Several coronavirus disease 2019 (COVID-19) vaccines have been developed that have received authorization for human use.
Extensive vaccination programs have been rolled out throughout the world to ensure that all people get vaccinated. However, currently, a substantial population of the world remains unvaccinated.
A 3-week interval between two doses of vaccine was determined for the BNT162b2 mRNA vaccine (Pfizer-BioNTech). In Canada however, a 4-month delay between the two doses of the vaccine was announced in March 2021 to increase the proportion of individuals with one dose that could provide higher overall protection when the supply of the vaccine was limited.
Shortages of COVID-19 vaccines have been reported in several jurisdictions while oversupply exists in others. The impact of delayed-interval vaccine dosing on vaccine immunogenicity has not been studied especially against the circulating SARS-CoV-2 variants of concern (VOCs).
Furthermore, a meta-analysis involving two doses of the ChAdOx1 nCoV-19 (Oxford, AstraZeneca) vaccine has indicated that a delayed response of three months between the two doses has led to improved vaccine efficacy as well as antibody binding response. Recently, another study indicated that the delayed response of the second dose of the BNT162b2 vaccine for up to 6 to 14 weeks provided strong humoral and cellular responses as compared to the standard vaccination interval.
A new study published in Nature Immunology involved an observational study to compare the humoral and cellular responses in health care workers (HCWs) who had received two doses of the BNT162b2 (Pfizer-BioNTech) vaccine at standard (3 to 6 weeks) and delayed (8 to 16 week) intervals.
About the study
The study was a prospective observational cohort that included HCWs who were eligible to receive two doses of the BNT162b2 mRNA vaccine. Only those HCWs who received both the doses between 4th January 2021 and 13th June 2021 were included in the study along with a 6-week follow-up. After delayed dosing came into effect in March 2021, the recruited participants were divided into two groups, those who received two doses at the standard interval and those who received two doses at a delayed interval.

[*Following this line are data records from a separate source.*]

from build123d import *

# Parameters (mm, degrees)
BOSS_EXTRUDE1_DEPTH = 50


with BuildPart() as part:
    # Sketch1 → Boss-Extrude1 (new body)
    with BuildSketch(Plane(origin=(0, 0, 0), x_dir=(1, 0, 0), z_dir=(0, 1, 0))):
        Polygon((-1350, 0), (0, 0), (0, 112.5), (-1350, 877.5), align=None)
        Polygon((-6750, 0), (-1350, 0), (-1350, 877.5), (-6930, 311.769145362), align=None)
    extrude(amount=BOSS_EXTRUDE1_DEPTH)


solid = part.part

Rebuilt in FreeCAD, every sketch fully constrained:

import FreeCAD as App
import Part
import Sketcher
from FreeCAD import Vector
Q = App.Units.Quantity


def add_polygon(sketch, points):
    """Adds a closed chain of lines whose ends are joined by coincident constraints."""
    first, n = sketch.GeometryCount, len(points)
    for a, b in zip(points, points[1:] + points[:1]):
        sketch.addGeometry(Part.LineSegment(App.Vector(*a, 0), App.Vector(*b, 0)), False)
    for i in range(n):
        sketch.addConstraint(Sketcher.Constraint("Coincident", first + i, 2, first + (i + 1) % n, 1))

doc = App.newDocument("Part")
body = doc.addObject("PartDesign::Body", "Body")

sketch1 = body.newObject("Sketcher::SketchObject", "Sketch")
sketch1.AttachmentSupport = (doc.getObject("XZ_Plane"), [""])
sketch1.MapMode = "FlatFace"
add_polygon(sketch1, [(0, 0), (0, -112), (-1350, -878), (-6930, -312), (-6750, 0)])
sketch1.addConstraint(Sketcher.Constraint("Vertical", 0))
sketch1.addConstraint(Sketcher.Constraint("Horizontal", 4))
sketch1.addConstraint(Sketcher.Constraint("Coincident", 4, 2, -1, 1))
sketch1.addConstraint(Sketcher.Constraint("DistanceX", 4, 1, 4, 2, 6750.0))
sketch1.addConstraint(Sketcher.Constraint("Angle", 3, Q("60 deg")))
sketch1.addConstraint(Sketcher.Constraint("Distance", 3, 360.0))
sketch1.addConstraint(Sketcher.Constraint("DistanceY", 0, 2, 0, 1, 112.5))
sketch1.addConstraint(Sketcher.Constraint("DistanceX", 1, 2, -1, 1, 1350.0))
sketch1.addConstraint(Sketcher.Constraint("DistanceY", 1, 2, 0, 2, 765.0))
pad1 = body.newObject("PartDesign::Pad", "Pad")
pad1.Profile = sketch1
pad1.Length = 50
pad1.Reversed = True

doc.recompute()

Blood samples were collected from all participants before vaccination as well as four to six weeks after the second dose. For the delayed group, additional blood samples were collected four weeks after administration of the first dose. Thereafter, antibodies against the spike receptor-binding domain (RBD) were measured along with neutralizing antibodies using PRNT50 and PRNT90 assays. Finally, spike-specific CD4+ and CD8+ T cell responses were analyzed in those participants who provided an additional blood sample.
Findings
The results indicated that out of the 93 HCWs recruited for the study, 41.9 percent received the two doses at standard intervals and 58.1 received the two doses at the delayed interval. The median time to the second dose was reported to be 35 days for the standard-interval group and 88 days for the delayed-interval group. Similar median ages and a higher number of females were reported in both groups.
Although a robust humoral response was reported after two doses of the BNT162b2 vaccine in all participants, the anti-RBD antibody titer was found to be higher in the delayed-interval group as compared to the standard-interval group. Neutralization titers for the wild-type as well as Alpha, Beta, and Delta SARS-CoV-2 variants were also found to be higher in the delayed-interval group as compared to the standard-interval group.

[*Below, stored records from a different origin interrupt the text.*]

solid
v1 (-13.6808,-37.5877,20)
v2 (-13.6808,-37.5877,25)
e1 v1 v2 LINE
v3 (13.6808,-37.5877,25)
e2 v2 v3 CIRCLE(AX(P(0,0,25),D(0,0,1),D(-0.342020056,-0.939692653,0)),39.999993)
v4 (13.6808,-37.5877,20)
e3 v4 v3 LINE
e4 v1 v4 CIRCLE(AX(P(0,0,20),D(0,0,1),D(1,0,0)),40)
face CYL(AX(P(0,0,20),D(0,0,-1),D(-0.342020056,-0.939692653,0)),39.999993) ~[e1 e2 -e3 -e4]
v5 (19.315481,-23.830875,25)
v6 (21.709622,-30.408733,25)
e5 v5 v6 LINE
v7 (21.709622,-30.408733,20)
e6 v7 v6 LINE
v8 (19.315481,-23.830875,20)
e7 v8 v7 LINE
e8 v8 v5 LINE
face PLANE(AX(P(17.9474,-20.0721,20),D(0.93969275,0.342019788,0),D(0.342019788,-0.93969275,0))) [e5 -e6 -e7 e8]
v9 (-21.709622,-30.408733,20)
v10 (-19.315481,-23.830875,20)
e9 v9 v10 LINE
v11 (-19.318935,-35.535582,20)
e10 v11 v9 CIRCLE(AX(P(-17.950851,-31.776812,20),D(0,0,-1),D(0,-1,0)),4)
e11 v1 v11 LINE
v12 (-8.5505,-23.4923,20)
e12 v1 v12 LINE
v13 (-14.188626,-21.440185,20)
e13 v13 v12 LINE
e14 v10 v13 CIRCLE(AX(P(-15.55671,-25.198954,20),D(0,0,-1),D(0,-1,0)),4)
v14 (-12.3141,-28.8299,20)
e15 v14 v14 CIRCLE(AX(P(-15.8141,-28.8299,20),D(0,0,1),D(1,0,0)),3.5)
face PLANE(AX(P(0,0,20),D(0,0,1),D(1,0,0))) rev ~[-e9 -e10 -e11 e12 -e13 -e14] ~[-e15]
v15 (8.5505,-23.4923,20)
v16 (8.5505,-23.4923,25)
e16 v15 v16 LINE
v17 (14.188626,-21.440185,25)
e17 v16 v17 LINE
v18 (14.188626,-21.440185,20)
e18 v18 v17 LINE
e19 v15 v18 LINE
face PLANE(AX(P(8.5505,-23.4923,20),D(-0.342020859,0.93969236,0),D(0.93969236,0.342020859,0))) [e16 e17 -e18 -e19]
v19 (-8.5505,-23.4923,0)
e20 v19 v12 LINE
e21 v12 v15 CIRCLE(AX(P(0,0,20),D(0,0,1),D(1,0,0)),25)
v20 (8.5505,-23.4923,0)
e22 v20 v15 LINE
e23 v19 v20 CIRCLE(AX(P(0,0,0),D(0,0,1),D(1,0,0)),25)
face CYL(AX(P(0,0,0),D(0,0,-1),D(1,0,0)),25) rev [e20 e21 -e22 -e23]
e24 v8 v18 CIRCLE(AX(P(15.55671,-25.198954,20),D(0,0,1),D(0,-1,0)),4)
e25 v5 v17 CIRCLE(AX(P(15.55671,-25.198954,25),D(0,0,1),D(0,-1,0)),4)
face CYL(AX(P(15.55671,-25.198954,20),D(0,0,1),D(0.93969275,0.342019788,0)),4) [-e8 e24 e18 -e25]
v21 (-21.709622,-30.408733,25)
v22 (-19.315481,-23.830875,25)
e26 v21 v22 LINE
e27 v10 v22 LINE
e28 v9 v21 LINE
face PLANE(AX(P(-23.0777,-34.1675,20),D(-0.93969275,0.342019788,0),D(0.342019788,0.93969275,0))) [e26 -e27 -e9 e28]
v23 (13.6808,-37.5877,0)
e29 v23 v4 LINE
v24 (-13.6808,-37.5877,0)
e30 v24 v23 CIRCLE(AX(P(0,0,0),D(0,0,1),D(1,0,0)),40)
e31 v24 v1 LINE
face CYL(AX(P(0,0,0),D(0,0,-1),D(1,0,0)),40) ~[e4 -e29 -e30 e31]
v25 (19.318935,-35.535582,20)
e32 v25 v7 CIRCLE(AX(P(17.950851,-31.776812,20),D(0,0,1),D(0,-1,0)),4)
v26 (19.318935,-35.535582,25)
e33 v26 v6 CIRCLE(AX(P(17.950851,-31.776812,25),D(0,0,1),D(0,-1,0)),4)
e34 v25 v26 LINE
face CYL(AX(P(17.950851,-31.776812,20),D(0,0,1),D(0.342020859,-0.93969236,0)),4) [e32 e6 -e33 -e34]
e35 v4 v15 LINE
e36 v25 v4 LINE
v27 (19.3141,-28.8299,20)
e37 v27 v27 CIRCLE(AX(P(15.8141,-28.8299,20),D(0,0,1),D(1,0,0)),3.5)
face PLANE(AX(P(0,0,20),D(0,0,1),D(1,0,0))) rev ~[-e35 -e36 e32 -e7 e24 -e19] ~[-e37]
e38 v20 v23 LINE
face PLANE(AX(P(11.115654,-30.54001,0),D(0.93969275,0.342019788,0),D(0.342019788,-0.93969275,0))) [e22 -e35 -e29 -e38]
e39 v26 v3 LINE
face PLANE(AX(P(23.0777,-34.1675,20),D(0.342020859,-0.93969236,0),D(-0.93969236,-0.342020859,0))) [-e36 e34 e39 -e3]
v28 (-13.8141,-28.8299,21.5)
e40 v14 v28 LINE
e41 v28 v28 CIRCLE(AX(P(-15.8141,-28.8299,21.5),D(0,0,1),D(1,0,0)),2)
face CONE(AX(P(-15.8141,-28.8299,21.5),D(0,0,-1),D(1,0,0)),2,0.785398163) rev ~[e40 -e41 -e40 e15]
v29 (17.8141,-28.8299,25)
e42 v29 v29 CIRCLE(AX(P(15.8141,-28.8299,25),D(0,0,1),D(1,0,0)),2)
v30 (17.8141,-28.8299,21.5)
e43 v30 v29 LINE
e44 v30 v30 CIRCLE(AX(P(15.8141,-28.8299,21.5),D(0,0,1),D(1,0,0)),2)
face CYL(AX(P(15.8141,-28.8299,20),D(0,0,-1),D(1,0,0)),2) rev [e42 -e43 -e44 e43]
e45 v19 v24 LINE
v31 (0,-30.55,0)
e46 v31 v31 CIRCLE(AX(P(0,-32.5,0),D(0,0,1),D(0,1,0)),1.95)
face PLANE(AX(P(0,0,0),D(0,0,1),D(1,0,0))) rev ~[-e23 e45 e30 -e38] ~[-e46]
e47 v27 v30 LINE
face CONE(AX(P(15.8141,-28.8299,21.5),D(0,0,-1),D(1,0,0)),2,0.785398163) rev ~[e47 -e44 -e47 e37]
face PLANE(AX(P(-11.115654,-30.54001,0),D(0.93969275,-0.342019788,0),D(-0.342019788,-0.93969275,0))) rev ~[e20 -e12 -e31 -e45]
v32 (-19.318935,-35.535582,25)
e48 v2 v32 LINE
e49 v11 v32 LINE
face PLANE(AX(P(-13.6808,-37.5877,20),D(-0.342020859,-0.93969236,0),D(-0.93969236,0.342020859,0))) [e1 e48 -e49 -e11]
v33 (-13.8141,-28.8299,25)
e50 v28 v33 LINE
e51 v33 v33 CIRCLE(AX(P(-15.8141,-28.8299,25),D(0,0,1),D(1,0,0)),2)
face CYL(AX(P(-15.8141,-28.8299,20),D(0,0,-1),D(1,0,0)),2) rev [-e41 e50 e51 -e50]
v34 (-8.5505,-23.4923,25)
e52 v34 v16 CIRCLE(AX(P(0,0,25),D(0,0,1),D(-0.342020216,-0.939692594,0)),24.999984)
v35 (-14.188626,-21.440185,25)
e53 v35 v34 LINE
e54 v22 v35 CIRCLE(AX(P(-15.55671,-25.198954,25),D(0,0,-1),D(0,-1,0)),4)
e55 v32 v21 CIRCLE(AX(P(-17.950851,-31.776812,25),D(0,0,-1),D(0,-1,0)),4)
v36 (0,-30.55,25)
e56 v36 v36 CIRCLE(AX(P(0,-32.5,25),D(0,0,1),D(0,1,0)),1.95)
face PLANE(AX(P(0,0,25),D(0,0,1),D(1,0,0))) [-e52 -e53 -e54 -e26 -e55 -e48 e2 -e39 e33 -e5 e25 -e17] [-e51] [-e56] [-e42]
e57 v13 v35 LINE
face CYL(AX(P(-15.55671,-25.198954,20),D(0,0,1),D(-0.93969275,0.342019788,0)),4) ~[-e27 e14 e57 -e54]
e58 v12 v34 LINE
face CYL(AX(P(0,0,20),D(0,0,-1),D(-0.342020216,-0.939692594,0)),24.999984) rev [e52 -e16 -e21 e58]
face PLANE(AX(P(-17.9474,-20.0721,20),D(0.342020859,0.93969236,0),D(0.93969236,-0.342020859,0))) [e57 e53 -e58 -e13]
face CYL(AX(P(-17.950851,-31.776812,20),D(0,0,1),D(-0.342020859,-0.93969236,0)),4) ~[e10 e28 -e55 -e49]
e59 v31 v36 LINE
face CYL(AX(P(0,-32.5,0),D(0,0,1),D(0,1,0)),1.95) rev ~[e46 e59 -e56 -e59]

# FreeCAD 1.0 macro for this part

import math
import FreeCAD as App
import Part
import Sketcher
from FreeCAD import Vector
Q = App.Units.Quantity


def edges_at(feature, points):
    """Names of the edges that pass closest to the given points."""
    edges = feature.Shape.Edges
    near = lambda p: min(range(len(edges)), key=lambda i: edges[i].distToShape(Part.Vertex(*p))[0])
    return sorted({f"Edge{near(p) + 1}" for p in points})

doc = App.newDocument("Part")
body = doc.addObject("PartDesign::Body", "Body")

# Sketch on XY plane
sketch1 = body.newObject("Sketcher::SketchObject", "Sketch")
sketch1.AttachmentSupport = (doc.getObject("XY_Plane"), [""])
sketch1.MapMode = "FlatFace"
sketch1.addGeometry(Part.ArcOfCircle(Part.Circle(Vector(0, 0, 0), Vector(0, 0, 1), 40), math.radians(-109.999995), math.radians(-70.000005)), False)
sketch1.addGeometry(Part.LineSegment(Vector(13.6808, -37.5877, 0), Vector(8.5505, -23.4923, 0)), False)
sketch1.addGeometry(Part.ArcOfCircle(Part.Circle(Vector(0, 0, 0), Vector(0, 0, 1), 25), math.radians(-110.000004), math.radians(-69.999996)), False)
sketch1.addGeometry(Part.LineSegment(Vector(-8.5505, -23.4923, 0), Vector(-13.6808, -37.5877, 0)), False)
sketch1.addConstraint(Sketcher.Constraint("Coincident", 0, 2, 1, 1))
sketch1.addConstraint(Sketcher.Constraint("Coincident", 1, 2, 2, 2))
sketch1.addConstraint(Sketcher.Constraint("Coincident", 2, 1, 3, 1))
sketch1.addConstraint(Sketcher.Constraint("Coincident", 3, 2, 0, 1))
sketch1.addConstraint(Sketcher.Constraint("Coincident", 0, 3, -1, 1))
sketch1.addConstraint(Sketcher.Constraint("Coincident", 2, 3, -1, 1))
sketch1.addConstraint(Sketcher.Constraint("Horizontal", 1, 2, 2, 1))
sketch1.addConstraint(Sketcher.Constraint("Horizontal", 0, 2, 3, 2))
sketch1.addConstraint(Sketcher.Constraint("Radius", 0, Q("40 mm")))
sketch1.addConstraint(Sketcher.Constraint("Radius", 2, Q("25 mm")))
sketch1.addConstraint(Sketcher.Constraint("Angle", 1, Q("110 deg")))
sketch1.addConstraint(Sketcher.Constraint("DistanceX", 2, 1, 1, 2, Q("17.101 mm")))
pad1 = body.newObject("PartDesign::Pad", "Pad")
pad1.Profile = sketch1
pad1.Length = 20

# Sketch on XY plane
sketch2 = body.newObject("Sketcher::SketchObject", "Sketch001")
sketch2.AttachmentSupport = (doc.getObject("XY_Plane"), [""])
sketch2.MapMode = "FlatFace"
sketch2.AttachmentOffset = App.Placement(Vector(0, 0, 20), App.Rotation())
sketch2.addGeometry(Part.ArcOfCircle(Part.Circle(Vector(0, 0, 0), Vector(0, 0, 1), 24.999984), math.radians(-110.000004), math.radians(-69.999996)), False)
sketch2.addGeometry(Part.LineSegment(Vector(-8.5505, -23.4923, 0), Vector(-17.9474, -20.0721, 0)), False)
sketch2.addGeometry(Part.LineSegment(Vector(-17.9474, -20.0721, 0), Vector(-23.0777, -34.1675, 0)), False)
sketch2.addGeometry(Part.LineSegment(Vector(-23.0777, -34.1675, 0), Vector(-13.6808, -37.5877, 0)), False)
sketch2.addGeometry(Part.ArcOfCircle(Part.Circle(Vector(0, 0, 0), Vector(0, 0, 1), 39.999993), math.radians(-109.999995), math.radians(-70.000005)), False)
sketch2.addGeometry(Part.LineSegment(Vector(13.6808, -37.5877, 0), Vector(23.0777, -34.1675, 0)), False)
sketch2.addGeometry(Part.LineSegment(Vector(23.0777, -34.1675, 0), Vector(17.9474, -20.0721, 0)), False)
sketch2.addGeometry(Part.LineSegment(Vector(17.9474, -20.0721, 0), Vector(8.5505, -23.4923, 0)), False)
sketch2.addGeometry(Part.Circle(Vector(-15.8141, -28.8299, 0), Vector(0, 0, 1), 2), False)
sketch2.addGeometry(Part.Circle(Vector(15.8141, -28.8299, 0), Vector(0, 0, 1), 2), False)
sketch2.addConstraint(Sketcher.Constraint("Tangent", 0, 1, 1, 1))
sketch2.addConstraint(Sketcher.Constraint("Coincident", 1, 2, 2, 1))
sketch2.addConstraint(Sketcher.Constraint("Coincident", 2, 2, 3, 1))
sketch2.addConstraint(Sketcher.Constraint("Tangent", 3, 2, 4, 1))
sketch2.addConstraint(Sketcher.Constraint("Tangent", 4, 2, 5, 1))
sketch2.addConstraint(Sketcher.Constraint("Coincident", 5, 2, 6, 1))
sketch2.addConstraint(Sketcher.Constraint("Coincident", 6, 2, 7, 1))
sketch2.addConstraint(Sketcher.Constraint("Tangent", 7, 2, 0, 2))
sketch2.addConstraint(Sketcher.Constraint("Coincident", 0, 3, -1, 1))
sketch2.addConstraint(Sketcher.Constraint("Coincident", 4, 3, -1, 1))
sketch2.addConstraint(Sketcher.Constraint("Equal", 8, 9))
sketch2.addConstraint(Sketcher.Constraint("Symmetric", 8, 3, 9, 3, -2))
sketch2.addConstraint(Sketcher.Constraint("Symmetric", 2, 2, 5, 2, -2))
sketch2.addConstraint(Sketcher.Constraint("Symmetric", 1, 2, 6, 2, -2))
sketch2.addConstraint(Sketcher.Constraint("Perpendicular", 1, 2))
sketch2.addConstraint(Sketcher.Constraint("Perpendicular", 2, 3))
sketch2.addConstraint(Sketcher.Constraint("Diameter", 8, Q("4 mm")))
sketch2.addConstraint(Sketcher.Constraint("Distance", 1, Q("10 mm")))
sketch2.addConstraint(Sketcher.Constraint("Radius", 0, Q("25 mm")))
sketch2.addConstraint(Sketcher.Constraint("Radius", 4, Q("40 mm")))
sketch2.addConstraint(Sketcher.Constraint("Angle", 1, Q("160 deg")))
sketch2.addConstraint(Sketcher.Constraint("DistanceY", 8, 3, -1, 1, Q("28.83 mm")))
sketch2.addConstraint(Sketcher.Constraint("DistanceX", 8, 3, -1, 1, Q("15.814 mm")))
pad2 = body.newObject("PartDesign::Pad", "Pad001")
pad2.Profile = sketch2
pad2.Length = 5
doc.recompute()

chamfer = body.newObject("PartDesign::Chamfer", "Chamfer")
chamfer.Base = (pad2, edges_at(pad2, [(-17.814, -28.83, 20), (13.814, -28.83, 20)]))
chamfer.Size = 1.5
doc.recompute()

fillet = body.newObject("PartDesign::Fillet", "Fillet")
fillet.Base = (chamfer, edges_at(chamfer, [
    (17.947, -20.072, 22.5),
    (-17.947, -20.072, 22.5),
    (-23.078, -34.167, 22.5),
    (23.078, -34.167, 22.5),
]))
fillet.Radius = 4

# Sketch on XY plane
sketch3 = body.newObject("Sketcher::SketchObject", "Sketch002")
sketch3.AttachmentSupport = (doc.getObject("XY_Plane"), [""])
sketch3.MapMode = "FlatFace"
sketch3.addGeometry(Part.Circle(Vector(0, -32.5, 0), Vector(0, 0, 1), 1.95), False)
sketch3.addConstraint(Sketcher.Constraint("PointOnObject", 0, 3, -2))
sketch3.addConstraint(Sketcher.Constraint("Diameter", 0, Q("3.9 mm")))
sketch3.addConstraint(Sketcher.Constraint("DistanceY", 0, 3, -1, 1, Q("32.5 mm")))
doc.recompute()
hole = body.newObject("PartDesign::Hole", "Hole")
hole.Profile = sketch3
hole.ThreadType = "None"
hole.Diameter = 3.9
hole.DepthType = "ThroughAll"
hole.Reversed = True

doc.recompute()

Spike-specific polyfunctional CD4+ T cell responses were comparable between both the groups while polyfunctional CD8+ T cell responses were found to be lower than CD4+ T cell responses in both of the groups. Additionally, monofunctional CD4+ T cells were found to be lower in the delayed-interval group while monofunctional CD8+ T cell levels were found to be similar in both groups. The results also indicated that Adverse events (AEs) for dose 2 were comparable between both the groups although myalgia was mostly reported in the delayed-interval group.
The current study, therefore, demonstrates that a delayed vaccination schedule can be beneficial for the protection of individuals against the emerging SARS-CoV-2 variants since higher humoral response and neutralization titers were reported for those who received the second dose at a delayed interval.
This information is of public health importance for governments since significant portions of the world population remain unvaccinated. Further research needs to be carried out on the durability of the immune response over time and immunogenicity to determine the optimal dosing interval as well as the necessity or timing of a booster dose.
Limitations
The study had certain limitations. First, the participants were younger and female predominant which could impact the immune response.
Second, blood samples after the first dose were not collected from the standard-interval group.
Third, the study did not include analysis of circulating T follicular helper and spike-specific B cells. Finally, it could not determine real-world vaccine effectiveness.